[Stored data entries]

>>>>

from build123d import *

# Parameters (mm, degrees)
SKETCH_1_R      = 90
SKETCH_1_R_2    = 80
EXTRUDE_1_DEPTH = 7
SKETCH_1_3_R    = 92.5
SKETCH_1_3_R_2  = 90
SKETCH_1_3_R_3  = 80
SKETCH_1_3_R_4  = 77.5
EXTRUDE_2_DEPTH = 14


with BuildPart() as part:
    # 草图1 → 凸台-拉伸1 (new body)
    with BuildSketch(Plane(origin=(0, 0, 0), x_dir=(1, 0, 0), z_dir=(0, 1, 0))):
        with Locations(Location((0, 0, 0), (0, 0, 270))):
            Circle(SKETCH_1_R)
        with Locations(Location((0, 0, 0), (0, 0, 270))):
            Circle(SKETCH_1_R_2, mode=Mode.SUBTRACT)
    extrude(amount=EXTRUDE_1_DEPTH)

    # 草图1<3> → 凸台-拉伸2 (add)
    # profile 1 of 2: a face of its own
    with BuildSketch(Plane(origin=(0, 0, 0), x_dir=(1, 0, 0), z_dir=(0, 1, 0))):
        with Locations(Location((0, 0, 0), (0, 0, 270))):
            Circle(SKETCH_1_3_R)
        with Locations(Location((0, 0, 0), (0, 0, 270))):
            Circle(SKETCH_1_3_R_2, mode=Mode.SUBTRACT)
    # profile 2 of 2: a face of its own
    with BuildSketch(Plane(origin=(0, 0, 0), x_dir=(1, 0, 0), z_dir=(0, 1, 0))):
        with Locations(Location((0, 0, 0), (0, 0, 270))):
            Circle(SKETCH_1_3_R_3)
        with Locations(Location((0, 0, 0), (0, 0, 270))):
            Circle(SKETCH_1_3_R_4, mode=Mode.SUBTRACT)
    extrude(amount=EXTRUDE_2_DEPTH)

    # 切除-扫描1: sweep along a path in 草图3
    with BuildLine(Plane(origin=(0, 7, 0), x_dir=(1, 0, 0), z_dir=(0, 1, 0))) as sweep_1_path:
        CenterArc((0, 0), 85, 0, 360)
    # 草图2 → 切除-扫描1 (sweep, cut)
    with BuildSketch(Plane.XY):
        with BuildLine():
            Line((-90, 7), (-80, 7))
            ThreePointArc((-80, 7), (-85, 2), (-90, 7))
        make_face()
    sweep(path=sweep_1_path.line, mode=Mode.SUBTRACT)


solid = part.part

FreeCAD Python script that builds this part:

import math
import FreeCAD as App
import Part
import Sketcher
Q = App.Units.Quantity

doc = App.newDocument("Part")
params = doc.addObject("Spreadsheet::Sheet", "Params")
for row, (alias, value) in enumerate([
    ("sketch1_diameter", "180 mm"),
    ("sketch1_diameter2", "160 mm"),
    ("pad1_length", "7 mm"),
    ("sketch2_diameter", "185 mm"),
    ("sketch2_diameter2", "180 mm"),
    ("sketch2_diameter3", "160 mm"),
    ("sketch2_diameter4", "155 mm"),
    ("pad2_length", "14 mm"),
    ("sketch3_radius", "5 mm"),
    ("sketch4_diameter", "170 mm"),
], start=1):
    params.set(f"A{row}", alias)
    params.set(f"B{row}", "=" + value)
    params.setAlias(f"B{row}", alias)

body = doc.addObject("PartDesign::Body", "Body")

sketch1 = body.newObject("Sketcher::SketchObject", "Sketch")
sketch1.AttachmentSupport = (doc.getObject("XZ_Plane"), [""])
sketch1.MapMode = "FlatFace"
sketch1.addGeometry(Part.Circle(App.Vector(0, 0, 0), App.Vector(0, 0, 1), 90), False)
sketch1.addGeometry(Part.Circle(App.Vector(0, 0, 0), App.Vector(0, 0, 1), 80), False)
sketch1.addConstraint(Sketcher.Constraint("Coincident", 0, 3, -1, 1))
sketch1.addConstraint(Sketcher.Constraint("Coincident", 1, 3, -1, 1))
sketch1.addConstraint(Sketcher.Constraint("Diameter", 0, Q("180 mm")))
sketch1.addConstraint(Sketcher.Constraint("Diameter", 1, Q("160 mm")))
sketch1.setExpression("Constraints[2]", "Params.sketch1_diameter")
sketch1.setExpression("Constraints[3]", "Params.sketch1_diameter2")
pad1 = body.newObject("PartDesign::Pad", "Pad")
pad1.Profile = sketch1
pad1.setExpression("Length", "Params.pad1_length")
pad1.Reversed = True

sketch2 = body.newObject("Sketcher::SketchObject", "Sketch001")
sketch2.AttachmentSupport = (doc.getObject("XZ_Plane"), [""])
sketch2.MapMode = "FlatFace"
sketch2.addGeometry(Part.Circle(App.Vector(0, 0, 0), App.Vector(0, 0, 1), 92), False)
sketch2.addGeometry(Part.Circle(App.Vector(0, 0, 0), App.Vector(0, 0, 1), 90), False)
sketch2.addGeometry(Part.Circle(App.Vector(0, 0, 0), App.Vector(0, 0, 1), 80), False)
sketch2.addGeometry(Part.Circle(App.Vector(0, 0, 0), App.Vector(0, 0, 1), 78), False)
sketch2.addConstraint(Sketcher.Constraint("Coincident", 0, 3, -1, 1))
sketch2.addConstraint(Sketcher.Constraint("Coincident", 1, 3, -1, 1))
sketch2.addConstraint(Sketcher.Constraint("Coincident", 2, 3, -1, 1))
sketch2.addConstraint(Sketcher.Constraint("Coincident", 3, 3, -1, 1))
sketch2.addConstraint(Sketcher.Constraint("Diameter", 0, Q("185 mm")))
sketch2.addConstraint(Sketcher.Constraint("Diameter", 1, Q("180 mm")))
sketch2.addConstraint(Sketcher.Constraint("Diameter", 2, Q("160 mm")))
sketch2.addConstraint(Sketcher.Constraint("Diameter", 3, Q("155 mm")))
sketch2.setExpression("Constraints[4]", "Params.sketch2_diameter")
sketch2.setExpression("Constraints[5]", "Params.sketch2_diameter2")
sketch2.setExpression("Constraints[6]", "Params.sketch2_diameter3")
sketch2.setExpression("Constraints[7]", "Params.sketch2_diameter4")
pad2 = body.newObject("PartDesign::Pad", "Pad001")
pad2.Profile = sketch2
pad2.setExpression("Length", "Params.pad2_length")
pad2.Reversed = True

sketch3 = body.newObject("Sketcher::SketchObject", "Sketch002")
sketch3.AttachmentSupport = (doc.getObject("XY_Plane"), [""])
sketch3.MapMode = "FlatFace"
sketch3.addGeometry(Part.LineSegment(App.Vector(-80, 7, 0), App.Vector(-90, 7, 0)), False)
sketch3.addGeometry(Part.ArcOfCircle(Part.Circle(App.Vector(-85, 7, 0), App.Vector(0, 0, 1), 5), math.radians(180), math.radians(360)), False)
sketch3.addConstraint(Sketcher.Constraint("Coincident", 0, 1, 1, 2))
sketch3.addConstraint(Sketcher.Constraint("Coincident", 1, 1, 0, 2))
sketch3.addConstraint(Sketcher.Constraint("Horizontal", 0))
sketch3.addConstraint(Sketcher.Constraint("Horizontal", 1, 3, 0, 1))
sketch3.addConstraint(Sketcher.Constraint("Radius", 1, Q("5 mm")))
sketch3.addConstraint(Sketcher.Constraint("DistanceX", 1, 3, -1, 1, Q("85 mm")))
sketch3.addConstraint(Sketcher.Constraint("DistanceY", -1, 1, 1, 3, Q("7 mm")))
sketch3.setExpression("Constraints[4]", "Params.sketch3_radius")

sketch4 = body.newObject("Sketcher::SketchObject", "Sketch003")
sketch4.AttachmentSupport = (doc.getObject("XZ_Plane"), [""])
sketch4.MapMode = "FlatFace"
sketch4.AttachmentOffset = App.Placement(App.Vector(0, 0, -7), App.Rotation())
sketch4.addGeometry(Part.Circle(App.Vector(0, 0, 0), App.Vector(0, 0, 1), 85), False)
sketch4.addConstraint(Sketcher.Constraint("Coincident", 0, 3, -1, 1))
sketch4.addConstraint(Sketcher.Constraint("Diameter", 0, Q("170 mm")))
sketch4.setExpression("Constraints[1]", "Params.sketch4_diameter")
doc.recompute()

subtractivepipe = body.newObject("PartDesign::SubtractivePipe", "SubtractivePipe")
subtractivepipe.Profile = sketch3
subtractivepipe.Spine = (sketch4, ["Edge1"])

doc.recompute()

<<<<

:: What is needed ::
Taking the entries above, write out exactly the lines starting with the line containing "sweep(path=sweep_1_path.line, mode=Mode.SUBTRACT)" and going on through the line containing "FreeCAD Python script", both included, and nothing else.

:: Completed exercise ::
    sweep(path=sweep_1_path.line, mode=Mode.SUBTRACT)


solid = part.part

FreeCAD Python script that builds this part:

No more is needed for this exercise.